■ **What the task requires**
Where the line with "v 222.752 53.191 230" appears below, start writing out lines exactly, and finish with the line with "v 205.948 -85.21 230", which is included; write out nothing else.

■ **Material provided**
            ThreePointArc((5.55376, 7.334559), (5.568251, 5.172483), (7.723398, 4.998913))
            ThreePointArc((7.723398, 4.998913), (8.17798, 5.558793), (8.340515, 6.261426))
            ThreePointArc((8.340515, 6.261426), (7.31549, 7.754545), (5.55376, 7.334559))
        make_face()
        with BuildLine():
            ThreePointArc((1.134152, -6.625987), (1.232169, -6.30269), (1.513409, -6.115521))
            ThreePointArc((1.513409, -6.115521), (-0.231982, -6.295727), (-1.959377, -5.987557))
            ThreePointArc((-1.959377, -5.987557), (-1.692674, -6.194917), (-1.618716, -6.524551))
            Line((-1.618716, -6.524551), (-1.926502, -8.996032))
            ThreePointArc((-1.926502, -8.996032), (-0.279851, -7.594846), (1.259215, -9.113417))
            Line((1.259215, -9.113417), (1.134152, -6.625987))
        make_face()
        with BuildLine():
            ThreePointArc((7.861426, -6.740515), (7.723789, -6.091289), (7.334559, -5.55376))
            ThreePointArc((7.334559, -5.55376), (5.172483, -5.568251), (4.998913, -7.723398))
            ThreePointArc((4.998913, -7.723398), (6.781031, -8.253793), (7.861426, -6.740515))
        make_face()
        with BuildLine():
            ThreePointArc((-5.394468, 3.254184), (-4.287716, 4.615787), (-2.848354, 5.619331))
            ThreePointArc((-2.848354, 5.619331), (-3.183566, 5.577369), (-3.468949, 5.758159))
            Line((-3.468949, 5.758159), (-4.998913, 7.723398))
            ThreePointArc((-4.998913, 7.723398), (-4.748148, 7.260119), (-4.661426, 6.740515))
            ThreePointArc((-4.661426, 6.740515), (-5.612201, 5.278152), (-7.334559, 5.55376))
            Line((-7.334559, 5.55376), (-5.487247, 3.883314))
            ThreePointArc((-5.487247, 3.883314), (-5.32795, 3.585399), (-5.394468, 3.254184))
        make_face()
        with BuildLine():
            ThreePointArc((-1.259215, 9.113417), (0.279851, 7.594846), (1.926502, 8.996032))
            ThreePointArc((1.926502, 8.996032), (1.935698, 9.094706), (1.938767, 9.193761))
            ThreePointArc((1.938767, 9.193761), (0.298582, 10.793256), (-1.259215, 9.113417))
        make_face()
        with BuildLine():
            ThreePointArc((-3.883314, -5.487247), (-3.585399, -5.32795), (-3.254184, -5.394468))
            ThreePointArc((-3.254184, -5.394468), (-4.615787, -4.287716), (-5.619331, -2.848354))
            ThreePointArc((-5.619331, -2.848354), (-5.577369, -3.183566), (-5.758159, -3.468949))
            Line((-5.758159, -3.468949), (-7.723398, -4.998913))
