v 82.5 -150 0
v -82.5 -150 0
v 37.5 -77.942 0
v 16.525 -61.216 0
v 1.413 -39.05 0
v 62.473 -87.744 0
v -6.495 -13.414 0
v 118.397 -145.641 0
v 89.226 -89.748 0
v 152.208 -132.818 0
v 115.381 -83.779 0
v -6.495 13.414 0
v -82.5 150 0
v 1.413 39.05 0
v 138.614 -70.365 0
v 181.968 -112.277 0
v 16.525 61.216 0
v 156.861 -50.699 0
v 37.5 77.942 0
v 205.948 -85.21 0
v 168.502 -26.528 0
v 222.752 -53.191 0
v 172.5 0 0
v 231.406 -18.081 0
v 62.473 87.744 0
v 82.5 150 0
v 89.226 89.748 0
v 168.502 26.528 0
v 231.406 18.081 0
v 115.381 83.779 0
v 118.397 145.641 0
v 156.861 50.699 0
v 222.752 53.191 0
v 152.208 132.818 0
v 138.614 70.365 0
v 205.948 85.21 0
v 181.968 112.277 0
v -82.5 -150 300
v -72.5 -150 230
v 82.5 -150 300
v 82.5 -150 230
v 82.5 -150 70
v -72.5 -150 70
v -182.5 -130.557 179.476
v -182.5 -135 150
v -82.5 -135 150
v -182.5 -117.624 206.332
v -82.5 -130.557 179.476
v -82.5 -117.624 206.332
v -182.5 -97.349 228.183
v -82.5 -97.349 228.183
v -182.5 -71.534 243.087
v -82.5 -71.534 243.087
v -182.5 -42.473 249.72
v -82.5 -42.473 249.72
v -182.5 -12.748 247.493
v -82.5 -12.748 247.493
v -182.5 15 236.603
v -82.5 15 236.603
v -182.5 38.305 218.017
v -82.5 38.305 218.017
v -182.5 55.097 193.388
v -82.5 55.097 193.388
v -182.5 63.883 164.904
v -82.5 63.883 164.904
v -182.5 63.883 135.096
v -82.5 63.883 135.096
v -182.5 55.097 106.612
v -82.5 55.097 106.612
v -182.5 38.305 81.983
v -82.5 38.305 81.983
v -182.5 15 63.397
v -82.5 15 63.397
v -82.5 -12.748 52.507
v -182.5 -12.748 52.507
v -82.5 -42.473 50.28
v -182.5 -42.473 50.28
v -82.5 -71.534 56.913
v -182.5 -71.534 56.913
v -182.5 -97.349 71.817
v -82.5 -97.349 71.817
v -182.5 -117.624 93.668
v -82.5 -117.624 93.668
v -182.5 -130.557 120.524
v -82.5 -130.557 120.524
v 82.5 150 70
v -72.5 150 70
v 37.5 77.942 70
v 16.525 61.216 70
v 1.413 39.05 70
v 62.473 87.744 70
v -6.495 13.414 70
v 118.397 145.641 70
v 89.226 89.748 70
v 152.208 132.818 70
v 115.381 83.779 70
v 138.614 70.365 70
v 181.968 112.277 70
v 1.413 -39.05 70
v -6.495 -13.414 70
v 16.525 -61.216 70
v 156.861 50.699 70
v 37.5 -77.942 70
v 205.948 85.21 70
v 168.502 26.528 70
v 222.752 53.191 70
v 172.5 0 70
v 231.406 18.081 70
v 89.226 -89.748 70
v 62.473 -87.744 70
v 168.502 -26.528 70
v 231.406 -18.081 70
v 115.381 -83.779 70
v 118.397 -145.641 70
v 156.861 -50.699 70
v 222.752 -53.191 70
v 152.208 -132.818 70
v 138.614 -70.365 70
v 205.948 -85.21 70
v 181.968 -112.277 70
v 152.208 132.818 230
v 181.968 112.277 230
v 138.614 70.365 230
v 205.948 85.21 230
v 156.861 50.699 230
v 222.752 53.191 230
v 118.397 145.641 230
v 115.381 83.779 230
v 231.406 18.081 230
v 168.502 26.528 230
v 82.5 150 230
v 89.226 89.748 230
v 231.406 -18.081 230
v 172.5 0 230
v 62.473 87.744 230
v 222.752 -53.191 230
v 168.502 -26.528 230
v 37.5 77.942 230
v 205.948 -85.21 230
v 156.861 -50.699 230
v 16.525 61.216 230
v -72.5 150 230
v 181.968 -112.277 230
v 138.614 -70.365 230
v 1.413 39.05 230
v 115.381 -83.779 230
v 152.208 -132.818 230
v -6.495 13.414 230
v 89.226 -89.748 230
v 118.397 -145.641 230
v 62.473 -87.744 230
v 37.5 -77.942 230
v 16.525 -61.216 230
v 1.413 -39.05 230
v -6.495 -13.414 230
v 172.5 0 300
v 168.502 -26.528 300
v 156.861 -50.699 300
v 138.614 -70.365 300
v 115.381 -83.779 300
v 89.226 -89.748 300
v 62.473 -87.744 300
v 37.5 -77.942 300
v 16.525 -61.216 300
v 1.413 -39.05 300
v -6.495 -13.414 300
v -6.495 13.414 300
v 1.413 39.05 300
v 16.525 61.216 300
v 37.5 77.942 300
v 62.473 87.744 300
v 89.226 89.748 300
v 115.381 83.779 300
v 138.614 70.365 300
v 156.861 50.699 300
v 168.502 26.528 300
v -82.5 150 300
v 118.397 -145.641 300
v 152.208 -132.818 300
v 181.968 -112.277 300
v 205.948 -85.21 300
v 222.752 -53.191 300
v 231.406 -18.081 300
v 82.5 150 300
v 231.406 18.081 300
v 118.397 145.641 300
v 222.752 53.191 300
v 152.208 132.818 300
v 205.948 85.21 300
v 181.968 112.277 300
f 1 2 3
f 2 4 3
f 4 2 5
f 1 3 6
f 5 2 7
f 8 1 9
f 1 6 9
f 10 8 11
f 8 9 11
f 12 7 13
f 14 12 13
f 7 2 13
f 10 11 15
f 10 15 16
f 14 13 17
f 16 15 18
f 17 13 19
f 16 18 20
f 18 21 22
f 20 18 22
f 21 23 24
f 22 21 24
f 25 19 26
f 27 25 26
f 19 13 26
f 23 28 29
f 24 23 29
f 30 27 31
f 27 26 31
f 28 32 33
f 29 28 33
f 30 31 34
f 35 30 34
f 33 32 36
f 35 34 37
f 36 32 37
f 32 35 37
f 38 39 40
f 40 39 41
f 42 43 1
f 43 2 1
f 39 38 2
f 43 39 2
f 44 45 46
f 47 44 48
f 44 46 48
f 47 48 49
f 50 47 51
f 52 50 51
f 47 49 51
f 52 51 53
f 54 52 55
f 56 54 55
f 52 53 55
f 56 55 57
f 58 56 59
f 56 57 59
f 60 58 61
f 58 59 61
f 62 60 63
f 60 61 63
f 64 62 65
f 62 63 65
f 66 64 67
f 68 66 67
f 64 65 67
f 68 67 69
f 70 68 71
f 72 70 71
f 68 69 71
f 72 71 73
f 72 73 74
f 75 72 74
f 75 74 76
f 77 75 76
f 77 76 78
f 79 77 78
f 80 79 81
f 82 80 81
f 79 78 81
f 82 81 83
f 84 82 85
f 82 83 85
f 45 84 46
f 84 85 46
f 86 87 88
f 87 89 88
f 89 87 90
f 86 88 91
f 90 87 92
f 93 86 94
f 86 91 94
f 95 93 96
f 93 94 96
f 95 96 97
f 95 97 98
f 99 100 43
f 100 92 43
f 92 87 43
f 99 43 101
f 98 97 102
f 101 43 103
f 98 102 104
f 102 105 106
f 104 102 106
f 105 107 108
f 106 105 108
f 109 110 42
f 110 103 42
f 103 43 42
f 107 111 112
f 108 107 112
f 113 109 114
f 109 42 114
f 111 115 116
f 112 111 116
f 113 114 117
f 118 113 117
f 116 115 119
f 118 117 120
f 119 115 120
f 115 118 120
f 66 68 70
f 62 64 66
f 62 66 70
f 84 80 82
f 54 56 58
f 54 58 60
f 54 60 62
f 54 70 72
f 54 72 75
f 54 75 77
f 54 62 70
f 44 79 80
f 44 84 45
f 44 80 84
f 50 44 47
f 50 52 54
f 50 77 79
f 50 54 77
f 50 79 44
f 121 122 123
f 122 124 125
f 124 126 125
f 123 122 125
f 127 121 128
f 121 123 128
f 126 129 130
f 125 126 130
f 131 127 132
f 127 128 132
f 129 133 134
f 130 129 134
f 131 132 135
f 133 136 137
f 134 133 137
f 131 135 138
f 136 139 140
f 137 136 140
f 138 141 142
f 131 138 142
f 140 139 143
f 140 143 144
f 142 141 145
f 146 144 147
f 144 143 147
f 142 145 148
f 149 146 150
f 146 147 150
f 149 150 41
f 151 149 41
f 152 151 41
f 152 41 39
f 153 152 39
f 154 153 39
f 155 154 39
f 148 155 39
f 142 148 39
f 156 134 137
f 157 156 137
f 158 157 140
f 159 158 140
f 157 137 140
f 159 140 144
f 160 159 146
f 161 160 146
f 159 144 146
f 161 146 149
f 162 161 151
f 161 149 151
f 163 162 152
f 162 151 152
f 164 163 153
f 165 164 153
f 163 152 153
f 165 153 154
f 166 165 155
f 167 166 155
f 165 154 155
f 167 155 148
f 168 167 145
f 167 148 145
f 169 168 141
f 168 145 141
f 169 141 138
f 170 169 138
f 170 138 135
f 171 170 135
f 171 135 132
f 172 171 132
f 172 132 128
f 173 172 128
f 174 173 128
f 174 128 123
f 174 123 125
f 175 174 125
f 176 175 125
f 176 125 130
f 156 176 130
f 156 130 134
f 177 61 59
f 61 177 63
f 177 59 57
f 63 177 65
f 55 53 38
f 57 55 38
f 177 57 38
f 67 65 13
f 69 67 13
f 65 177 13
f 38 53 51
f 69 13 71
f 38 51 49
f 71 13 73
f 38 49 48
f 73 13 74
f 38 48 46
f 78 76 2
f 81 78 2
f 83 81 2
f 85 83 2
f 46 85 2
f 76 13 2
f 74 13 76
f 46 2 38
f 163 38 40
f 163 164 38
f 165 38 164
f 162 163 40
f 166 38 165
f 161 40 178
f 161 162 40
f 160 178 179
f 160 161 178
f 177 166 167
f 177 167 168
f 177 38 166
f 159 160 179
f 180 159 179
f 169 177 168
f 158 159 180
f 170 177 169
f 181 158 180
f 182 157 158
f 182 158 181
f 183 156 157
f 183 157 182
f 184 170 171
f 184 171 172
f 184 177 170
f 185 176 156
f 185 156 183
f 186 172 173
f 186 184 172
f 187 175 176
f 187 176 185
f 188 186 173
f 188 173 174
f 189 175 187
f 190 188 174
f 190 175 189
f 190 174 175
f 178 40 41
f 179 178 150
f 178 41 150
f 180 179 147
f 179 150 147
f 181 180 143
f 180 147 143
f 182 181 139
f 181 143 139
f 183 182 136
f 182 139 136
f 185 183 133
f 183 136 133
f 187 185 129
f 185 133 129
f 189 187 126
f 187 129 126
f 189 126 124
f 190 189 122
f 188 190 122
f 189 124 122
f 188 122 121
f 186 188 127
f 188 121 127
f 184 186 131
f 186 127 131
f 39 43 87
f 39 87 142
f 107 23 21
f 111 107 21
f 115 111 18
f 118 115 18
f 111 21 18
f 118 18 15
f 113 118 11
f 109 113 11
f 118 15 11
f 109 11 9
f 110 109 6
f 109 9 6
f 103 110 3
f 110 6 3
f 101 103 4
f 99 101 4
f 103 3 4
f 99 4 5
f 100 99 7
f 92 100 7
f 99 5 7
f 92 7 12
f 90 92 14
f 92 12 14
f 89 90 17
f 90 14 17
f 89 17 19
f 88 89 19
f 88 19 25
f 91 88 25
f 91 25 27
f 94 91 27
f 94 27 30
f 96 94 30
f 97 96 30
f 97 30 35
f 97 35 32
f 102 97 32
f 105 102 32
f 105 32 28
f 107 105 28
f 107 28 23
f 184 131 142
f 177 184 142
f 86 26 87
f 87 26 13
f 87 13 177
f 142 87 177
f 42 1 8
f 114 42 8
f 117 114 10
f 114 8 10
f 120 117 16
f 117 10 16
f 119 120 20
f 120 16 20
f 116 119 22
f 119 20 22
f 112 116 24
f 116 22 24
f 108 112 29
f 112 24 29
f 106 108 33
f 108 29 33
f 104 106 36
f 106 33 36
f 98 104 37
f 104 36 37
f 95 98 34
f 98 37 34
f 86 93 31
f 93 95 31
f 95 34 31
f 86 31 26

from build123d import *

# Parameters (mm, degrees)
F1_DEPTH = 300
F2_R     = 90
F2_W     = 367.9086971283
F2_H     = 300
F3_DEPTH = 501
F4_W     = 155
F4_H     = 160
F5_DEPTH = 501
F6_R     = 100
F7_DEPTH = 100


with BuildPart() as f1:
    # F0 (on Top) → F1 (new body)
    with BuildSketch(Plane.XY):
        with BuildLine():
            Line((-82.5, -150), (82.5, -150))
            ThreePointArc((82.5, -150), (232.5, 0), (82.5, 150))
            Line((82.5, 150), (-82.5, 150))
            ThreePointArc((-82.5, 150), (-232.5, 0), (-82.5, -150))
        make_face()
    extrude(amount=F1_DEPTH)

    # F2 (on face) → F3 (cut)
    with BuildSketch(Plane(origin=(0, 0, 0), x_dir=(1, 0, 0), z_dir=(0, 0, -1))):
        with Locations((82.5, 0)):
            Circle(F2_R)
        with Locations((-266.4543485641, 0)):
            Rectangle(F2_W, F2_H)
    extrude(amount=-F3_DEPTH, mode=Mode.SUBTRACT)

    # F4 (on face) → F5 (cut)
    with BuildSketch(Plane.XZ.offset(150)):
        with Locations((160, 150)):
            Rectangle(F4_W, F4_H)
        with Locations((5, 150)):
            Rectangle(F4_W, F4_H)
    extrude(amount=-F5_DEPTH, mode=Mode.SUBTRACT)

    # F6 (on face) → F7 (join)
    with BuildSketch(Plane(origin=(-82.5, 0, 0), x_dir=(0, -1, 0), z_dir=(-1, 0, 0))):
        with Locations((35, 150)):
            Circle(F6_R)
    extrude(amount=F7_DEPTH)


solid = f1.part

■ **Output for this task**
v 222.752 53.191 230
v 118.397 145.641 230
v 115.381 83.779 230
v 231.406 18.081 230
v 168.502 26.528 230
v 82.5 150 230
v 89.226 89.748 230
v 231.406 -18.081 230
v 172.5 0 230
v 62.473 87.744 230
v 222.752 -53.191 230
v 168.502 -26.528 230
v 37.5 77.942 230
v 205.948 -85.21 230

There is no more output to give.